Given records START

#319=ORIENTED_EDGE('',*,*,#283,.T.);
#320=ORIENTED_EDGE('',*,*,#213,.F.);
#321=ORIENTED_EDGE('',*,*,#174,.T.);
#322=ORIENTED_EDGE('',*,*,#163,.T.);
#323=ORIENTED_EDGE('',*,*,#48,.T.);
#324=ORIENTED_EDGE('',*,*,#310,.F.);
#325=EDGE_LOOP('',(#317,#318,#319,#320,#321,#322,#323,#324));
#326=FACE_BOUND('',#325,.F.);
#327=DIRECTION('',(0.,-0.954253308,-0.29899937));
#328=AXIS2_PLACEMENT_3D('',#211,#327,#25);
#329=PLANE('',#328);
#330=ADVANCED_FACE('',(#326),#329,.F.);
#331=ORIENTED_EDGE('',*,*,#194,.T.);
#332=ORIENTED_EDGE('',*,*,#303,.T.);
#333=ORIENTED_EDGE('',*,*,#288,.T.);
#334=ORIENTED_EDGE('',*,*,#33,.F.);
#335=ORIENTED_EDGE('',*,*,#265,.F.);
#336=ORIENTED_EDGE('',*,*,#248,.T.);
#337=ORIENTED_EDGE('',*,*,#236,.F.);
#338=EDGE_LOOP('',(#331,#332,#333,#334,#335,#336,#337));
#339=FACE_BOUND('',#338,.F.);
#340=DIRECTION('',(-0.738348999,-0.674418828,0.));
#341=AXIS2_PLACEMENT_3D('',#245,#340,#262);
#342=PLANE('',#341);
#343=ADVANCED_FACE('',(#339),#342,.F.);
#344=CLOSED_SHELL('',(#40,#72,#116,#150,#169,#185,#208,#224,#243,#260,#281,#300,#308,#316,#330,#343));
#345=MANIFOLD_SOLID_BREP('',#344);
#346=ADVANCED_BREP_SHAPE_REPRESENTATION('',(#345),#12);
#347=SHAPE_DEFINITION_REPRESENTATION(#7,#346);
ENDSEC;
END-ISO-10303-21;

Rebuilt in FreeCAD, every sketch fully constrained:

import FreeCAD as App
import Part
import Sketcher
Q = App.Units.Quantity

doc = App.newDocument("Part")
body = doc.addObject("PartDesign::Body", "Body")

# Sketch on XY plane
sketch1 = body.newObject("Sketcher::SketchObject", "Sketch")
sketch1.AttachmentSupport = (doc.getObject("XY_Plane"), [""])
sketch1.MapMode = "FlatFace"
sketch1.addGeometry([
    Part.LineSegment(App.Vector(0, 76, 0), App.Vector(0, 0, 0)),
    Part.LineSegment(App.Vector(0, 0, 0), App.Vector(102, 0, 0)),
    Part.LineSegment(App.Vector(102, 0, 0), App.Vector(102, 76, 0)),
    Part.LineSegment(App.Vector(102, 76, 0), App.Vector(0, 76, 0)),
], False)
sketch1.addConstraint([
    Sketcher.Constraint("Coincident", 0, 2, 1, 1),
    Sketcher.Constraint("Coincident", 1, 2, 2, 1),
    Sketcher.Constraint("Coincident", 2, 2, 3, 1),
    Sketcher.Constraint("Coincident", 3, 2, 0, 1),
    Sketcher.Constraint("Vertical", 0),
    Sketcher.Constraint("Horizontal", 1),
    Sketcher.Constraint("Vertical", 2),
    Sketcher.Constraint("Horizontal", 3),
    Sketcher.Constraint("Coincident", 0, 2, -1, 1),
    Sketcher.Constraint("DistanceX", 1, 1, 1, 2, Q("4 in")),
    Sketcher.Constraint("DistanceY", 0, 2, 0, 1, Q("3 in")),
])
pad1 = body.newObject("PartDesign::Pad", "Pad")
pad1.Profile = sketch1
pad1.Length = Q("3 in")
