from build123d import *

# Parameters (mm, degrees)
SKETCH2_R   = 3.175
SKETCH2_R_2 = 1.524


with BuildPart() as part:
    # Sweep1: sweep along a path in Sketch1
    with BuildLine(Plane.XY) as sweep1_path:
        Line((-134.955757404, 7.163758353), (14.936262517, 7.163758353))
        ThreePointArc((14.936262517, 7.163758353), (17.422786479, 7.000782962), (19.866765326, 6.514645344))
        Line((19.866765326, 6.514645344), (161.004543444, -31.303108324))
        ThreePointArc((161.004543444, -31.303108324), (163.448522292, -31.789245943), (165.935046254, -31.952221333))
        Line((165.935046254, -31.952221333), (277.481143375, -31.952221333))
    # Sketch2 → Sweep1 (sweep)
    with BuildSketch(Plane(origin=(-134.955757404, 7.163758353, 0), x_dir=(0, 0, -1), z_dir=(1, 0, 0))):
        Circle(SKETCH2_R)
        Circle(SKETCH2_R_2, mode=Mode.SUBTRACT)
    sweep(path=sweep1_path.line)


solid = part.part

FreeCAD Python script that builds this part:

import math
import FreeCAD as App
import Part
import Sketcher
from FreeCAD import Vector
Q = App.Units.Quantity

doc = App.newDocument("Part")
body = doc.addObject("PartDesign::Body", "Body")

# Sketch on YZ plane
sketch1 = doc.addObject("Sketcher::SketchObject", "Sketch")
body.addObject(sketch1)
sketch1.AttachmentSupport = (doc.YZ_Plane, [""])
sketch1.MapMode = "FlatFace"
sketch1.AttachmentOffset = App.Placement(Vector(0, 0, -134.955757), App.Rotation())
sketch1.addGeometry([
    Part.Circle(Vector(7.2, 0, 0), Vector(0, 0, 1), 3.2),
    Part.Circle(Vector(7.2, 0, 0), Vector(0, 0, 1), 1.5),
], False)
sketch1.addConstraint([
    Sketcher.Constraint("Coincident", 1, 3, 0, 3),
    Sketcher.Constraint("PointOnObject", 0, 3, -1),
    Sketcher.Constraint("Diameter", 0, Q("0.25 in")),
    Sketcher.Constraint("Diameter", 1, Q("0.12 in")),
    Sketcher.Constraint("DistanceX", -1, 1, 0, 3, 7.163758),
])

# Sketch on XY plane
sketch2 = doc.addObject("Sketcher::SketchObject", "Sketch001")
body.addObject(sketch2)
sketch2.AttachmentSupport = (doc.XY_Plane, [""])
sketch2.MapMode = "FlatFace"
sketch2.addGeometry([
    Part.LineSegment(Vector(-135, 7.2, 0), Vector(14.9, 7.2, 0)),  # 0
    Part.ArcOfCircle(Part.Circle(Vector(14.9, -11.9, 0), Vector(0, 0, 1), 19.1), math.radians(75), math.radians(90)),  # 1
    Part.LineSegment(Vector(19.9, 6.5, 0), Vector(161, -31.3, 0)),  # 2
    Part.ArcOfCircle(Part.Circle(Vector(165.9, -12.9, 0), Vector(0, 0, 1), 19), math.radians(-105), math.radians(-90)),  # 3
    Part.LineSegment(Vector(165.9, -32, 0), Vector(277.5, -32, 0)),  # 4
], False)
sketch2.addConstraint([
    Sketcher.Constraint("Tangent", 0, 2, 1, 2),
    Sketcher.Constraint("Tangent", 1, 1, 2, 1),
    Sketcher.Constraint("Tangent", 2, 2, 3, 1),
    Sketcher.Constraint("Tangent", 3, 2, 4, 1),
    Sketcher.Constraint("Horizontal", 0),
    Sketcher.Constraint("Horizontal", 4),
    Sketcher.Constraint("Equal", 1, 3),
    Sketcher.Constraint("Radius", 1, Q("0.75 in")),
    Sketcher.Constraint("Angle", 2, Q("-15 deg")),
    Sketcher.Constraint("DistanceX", 0, 1, 0, 2, 149.89202),
    Sketcher.Constraint("DistanceX", 0, 1, 2, 2, 295.960301),
    Sketcher.Constraint("DistanceX", 2, 2, 4, 2, 116.4766),
    Sketcher.Constraint("DistanceY", 1, 3, -1, 1, 11.886242),
    Sketcher.Constraint("DistanceX", -1, 1, 1, 3, 14.936263),
])
doc.recompute()

additivepipe = doc.addObject("PartDesign::AdditivePipe", "AdditivePipe")
body.addObject(additivepipe)
additivepipe.Profile = sketch1
additivepipe.Spine = (sketch2, ["Edge1", "Edge2", "Edge3", "Edge4", "Edge5"])

doc.recompute()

Given records END

[Problem details]
Repeat only what lies between the first line of the data and the line containing "#329=PLANE('',#328);", both of those lines included, exactly as it stands.

[Answer for the task]
#319=ORIENTED_EDGE('',*,*,#283,.T.);
#320=ORIENTED_EDGE('',*,*,#213,.F.);
#321=ORIENTED_EDGE('',*,*,#174,.T.);
#322=ORIENTED_EDGE('',*,*,#163,.T.);
#323=ORIENTED_EDGE('',*,*,#48,.T.);
#324=ORIENTED_EDGE('',*,*,#310,.F.);
#325=EDGE_LOOP('',(#317,#318,#319,#320,#321,#322,#323,#324));
#326=FACE_BOUND('',#325,.F.);
#327=DIRECTION('',(0.,-0.954253308,-0.29899937));
#328=AXIS2_PLACEMENT_3D('',#211,#327,#25);
#329=PLANE('',#328);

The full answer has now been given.